** STORED DATA follows **
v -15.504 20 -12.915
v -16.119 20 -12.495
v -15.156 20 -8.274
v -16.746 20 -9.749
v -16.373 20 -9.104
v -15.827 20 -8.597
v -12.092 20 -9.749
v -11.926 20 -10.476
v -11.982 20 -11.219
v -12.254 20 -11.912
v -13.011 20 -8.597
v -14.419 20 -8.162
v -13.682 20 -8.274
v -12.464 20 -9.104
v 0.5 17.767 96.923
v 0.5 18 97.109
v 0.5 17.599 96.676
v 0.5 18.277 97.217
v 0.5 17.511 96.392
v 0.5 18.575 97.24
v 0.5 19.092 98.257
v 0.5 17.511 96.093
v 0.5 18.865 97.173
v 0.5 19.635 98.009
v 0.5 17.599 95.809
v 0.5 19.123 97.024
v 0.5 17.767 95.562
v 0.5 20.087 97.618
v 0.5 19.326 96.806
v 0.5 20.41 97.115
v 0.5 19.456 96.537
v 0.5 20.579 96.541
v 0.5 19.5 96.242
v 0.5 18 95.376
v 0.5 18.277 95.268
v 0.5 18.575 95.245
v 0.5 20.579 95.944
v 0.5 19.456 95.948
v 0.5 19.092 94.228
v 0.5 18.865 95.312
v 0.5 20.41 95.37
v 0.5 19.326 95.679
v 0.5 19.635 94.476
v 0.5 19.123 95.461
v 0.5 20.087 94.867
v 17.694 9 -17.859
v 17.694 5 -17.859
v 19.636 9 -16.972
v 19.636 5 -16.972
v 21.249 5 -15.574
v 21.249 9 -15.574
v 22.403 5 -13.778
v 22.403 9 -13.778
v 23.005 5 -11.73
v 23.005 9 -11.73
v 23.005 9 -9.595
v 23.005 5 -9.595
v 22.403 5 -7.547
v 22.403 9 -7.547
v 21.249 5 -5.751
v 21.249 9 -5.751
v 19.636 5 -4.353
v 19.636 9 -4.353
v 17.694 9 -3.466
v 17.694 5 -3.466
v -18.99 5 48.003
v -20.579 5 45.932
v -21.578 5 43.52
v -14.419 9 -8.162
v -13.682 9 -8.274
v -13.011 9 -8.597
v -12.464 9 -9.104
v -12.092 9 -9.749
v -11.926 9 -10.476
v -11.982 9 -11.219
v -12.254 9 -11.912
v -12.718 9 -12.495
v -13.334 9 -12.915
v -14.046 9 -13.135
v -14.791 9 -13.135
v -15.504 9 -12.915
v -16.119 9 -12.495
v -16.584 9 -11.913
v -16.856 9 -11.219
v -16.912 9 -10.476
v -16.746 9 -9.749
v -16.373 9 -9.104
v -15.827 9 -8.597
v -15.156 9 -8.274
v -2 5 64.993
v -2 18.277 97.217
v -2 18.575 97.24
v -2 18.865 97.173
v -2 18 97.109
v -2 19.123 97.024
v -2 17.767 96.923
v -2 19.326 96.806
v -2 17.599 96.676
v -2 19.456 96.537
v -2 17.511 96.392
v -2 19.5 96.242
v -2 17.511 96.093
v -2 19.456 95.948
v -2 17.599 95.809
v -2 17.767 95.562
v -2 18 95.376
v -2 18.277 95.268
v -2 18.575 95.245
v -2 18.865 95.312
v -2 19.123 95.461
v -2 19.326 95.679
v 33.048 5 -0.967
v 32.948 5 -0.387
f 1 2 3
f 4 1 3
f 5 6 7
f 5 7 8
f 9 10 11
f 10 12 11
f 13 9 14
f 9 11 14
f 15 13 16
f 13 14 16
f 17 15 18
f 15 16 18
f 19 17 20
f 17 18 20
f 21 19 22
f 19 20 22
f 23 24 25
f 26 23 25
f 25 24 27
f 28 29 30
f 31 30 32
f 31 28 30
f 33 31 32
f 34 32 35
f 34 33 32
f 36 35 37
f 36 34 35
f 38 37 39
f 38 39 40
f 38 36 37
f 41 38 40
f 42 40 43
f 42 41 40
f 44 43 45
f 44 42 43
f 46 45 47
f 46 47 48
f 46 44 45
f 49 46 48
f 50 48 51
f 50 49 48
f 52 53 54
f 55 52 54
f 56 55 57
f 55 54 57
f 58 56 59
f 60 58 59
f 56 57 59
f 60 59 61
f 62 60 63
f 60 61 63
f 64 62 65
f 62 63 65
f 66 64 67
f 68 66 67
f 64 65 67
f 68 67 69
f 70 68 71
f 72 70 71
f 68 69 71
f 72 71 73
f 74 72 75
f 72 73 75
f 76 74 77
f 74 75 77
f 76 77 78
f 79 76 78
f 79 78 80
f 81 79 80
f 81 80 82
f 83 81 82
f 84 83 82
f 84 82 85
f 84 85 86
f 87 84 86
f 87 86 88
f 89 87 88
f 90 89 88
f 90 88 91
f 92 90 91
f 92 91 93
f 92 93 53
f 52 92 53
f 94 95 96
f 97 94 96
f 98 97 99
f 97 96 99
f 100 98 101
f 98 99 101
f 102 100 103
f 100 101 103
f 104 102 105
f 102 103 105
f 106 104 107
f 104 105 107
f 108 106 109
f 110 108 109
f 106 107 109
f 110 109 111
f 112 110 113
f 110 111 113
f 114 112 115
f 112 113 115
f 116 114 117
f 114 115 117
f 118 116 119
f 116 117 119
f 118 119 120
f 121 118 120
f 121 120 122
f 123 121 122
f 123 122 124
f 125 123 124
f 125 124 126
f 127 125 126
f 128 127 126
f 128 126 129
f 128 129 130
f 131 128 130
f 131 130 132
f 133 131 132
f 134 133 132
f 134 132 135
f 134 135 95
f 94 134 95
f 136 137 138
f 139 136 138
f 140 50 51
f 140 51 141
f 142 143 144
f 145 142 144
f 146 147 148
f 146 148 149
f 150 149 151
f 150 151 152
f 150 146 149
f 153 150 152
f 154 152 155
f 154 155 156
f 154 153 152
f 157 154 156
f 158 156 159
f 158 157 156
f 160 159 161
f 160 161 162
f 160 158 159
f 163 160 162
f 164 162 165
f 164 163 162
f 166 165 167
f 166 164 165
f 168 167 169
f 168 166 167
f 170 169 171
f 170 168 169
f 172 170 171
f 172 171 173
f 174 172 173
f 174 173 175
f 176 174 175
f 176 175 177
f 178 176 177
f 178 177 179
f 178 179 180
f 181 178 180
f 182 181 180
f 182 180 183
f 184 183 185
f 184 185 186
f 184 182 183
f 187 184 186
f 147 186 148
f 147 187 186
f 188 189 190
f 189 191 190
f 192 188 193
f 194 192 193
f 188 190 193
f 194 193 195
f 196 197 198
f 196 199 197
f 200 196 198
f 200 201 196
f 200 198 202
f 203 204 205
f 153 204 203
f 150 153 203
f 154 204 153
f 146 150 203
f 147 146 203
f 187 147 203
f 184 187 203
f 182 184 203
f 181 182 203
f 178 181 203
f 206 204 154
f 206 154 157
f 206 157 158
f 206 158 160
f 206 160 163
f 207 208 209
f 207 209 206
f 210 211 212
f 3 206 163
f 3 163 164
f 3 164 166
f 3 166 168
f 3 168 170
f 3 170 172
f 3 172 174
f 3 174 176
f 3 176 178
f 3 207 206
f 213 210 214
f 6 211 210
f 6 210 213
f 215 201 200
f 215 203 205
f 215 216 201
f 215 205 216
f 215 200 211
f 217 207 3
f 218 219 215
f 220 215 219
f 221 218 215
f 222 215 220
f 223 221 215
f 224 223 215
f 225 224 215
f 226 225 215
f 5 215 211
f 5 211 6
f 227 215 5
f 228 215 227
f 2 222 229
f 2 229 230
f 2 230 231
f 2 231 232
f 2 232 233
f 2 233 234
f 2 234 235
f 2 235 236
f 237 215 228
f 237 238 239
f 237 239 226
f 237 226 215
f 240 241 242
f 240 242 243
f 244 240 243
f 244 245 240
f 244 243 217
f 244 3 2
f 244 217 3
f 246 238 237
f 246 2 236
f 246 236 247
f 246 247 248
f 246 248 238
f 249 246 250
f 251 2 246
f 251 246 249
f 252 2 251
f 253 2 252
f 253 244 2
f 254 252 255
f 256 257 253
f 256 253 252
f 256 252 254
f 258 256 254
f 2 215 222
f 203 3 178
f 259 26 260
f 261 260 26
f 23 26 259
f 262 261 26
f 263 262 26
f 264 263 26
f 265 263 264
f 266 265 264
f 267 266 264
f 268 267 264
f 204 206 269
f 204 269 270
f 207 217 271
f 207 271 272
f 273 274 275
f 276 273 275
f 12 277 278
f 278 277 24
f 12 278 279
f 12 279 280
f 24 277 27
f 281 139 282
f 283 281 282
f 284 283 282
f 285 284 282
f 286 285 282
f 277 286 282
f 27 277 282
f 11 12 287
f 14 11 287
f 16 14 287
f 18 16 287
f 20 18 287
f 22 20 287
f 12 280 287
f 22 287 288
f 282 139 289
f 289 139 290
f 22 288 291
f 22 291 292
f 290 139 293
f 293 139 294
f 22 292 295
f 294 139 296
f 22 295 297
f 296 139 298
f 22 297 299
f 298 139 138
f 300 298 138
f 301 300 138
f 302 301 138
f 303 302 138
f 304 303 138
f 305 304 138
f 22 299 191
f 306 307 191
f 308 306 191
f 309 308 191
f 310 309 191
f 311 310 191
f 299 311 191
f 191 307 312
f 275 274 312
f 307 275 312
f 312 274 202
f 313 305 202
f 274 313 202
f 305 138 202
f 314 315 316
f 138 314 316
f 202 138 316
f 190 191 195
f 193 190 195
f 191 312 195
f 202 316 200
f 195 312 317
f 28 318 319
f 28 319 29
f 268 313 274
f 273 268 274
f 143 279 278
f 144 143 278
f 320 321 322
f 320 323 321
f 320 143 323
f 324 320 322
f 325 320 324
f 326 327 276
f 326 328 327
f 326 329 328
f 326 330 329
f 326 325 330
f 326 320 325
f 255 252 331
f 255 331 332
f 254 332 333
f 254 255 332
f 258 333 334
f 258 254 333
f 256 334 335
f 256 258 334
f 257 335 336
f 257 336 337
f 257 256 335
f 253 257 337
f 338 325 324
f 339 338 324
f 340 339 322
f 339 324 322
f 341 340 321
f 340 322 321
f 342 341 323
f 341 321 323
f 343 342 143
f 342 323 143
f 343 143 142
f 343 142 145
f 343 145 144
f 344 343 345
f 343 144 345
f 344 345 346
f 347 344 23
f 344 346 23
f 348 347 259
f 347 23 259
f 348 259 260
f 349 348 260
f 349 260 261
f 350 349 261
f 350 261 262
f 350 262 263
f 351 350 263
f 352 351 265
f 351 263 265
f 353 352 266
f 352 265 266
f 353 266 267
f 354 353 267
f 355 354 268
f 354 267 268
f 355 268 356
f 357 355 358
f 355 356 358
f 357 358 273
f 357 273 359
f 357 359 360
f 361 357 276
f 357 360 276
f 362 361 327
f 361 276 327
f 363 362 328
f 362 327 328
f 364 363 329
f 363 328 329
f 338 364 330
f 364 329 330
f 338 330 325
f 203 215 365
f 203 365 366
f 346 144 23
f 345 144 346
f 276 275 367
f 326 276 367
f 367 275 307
** End of STORED DATA **
▶ **TASK ITEM**
Above are the records. Print exactly, and only, the lines from the line with "f 285 284 282" to the line with "f 296 139 298", both inclusive.

▶ **RESULT OF THE EXERCISE**
f 285 284 282
f 286 285 282
f 277 286 282
f 27 277 282
f 11 12 287
f 14 11 287
f 16 14 287
f 18 16 287
f 20 18 287
f 22 20 287
f 12 280 287
f 22 287 288
f 282 139 289
f 289 139 290
f 22 288 291
f 22 291 292
f 290 139 293
f 293 139 294
f 22 292 295
f 294 139 296
f 22 295 297
f 296 139 298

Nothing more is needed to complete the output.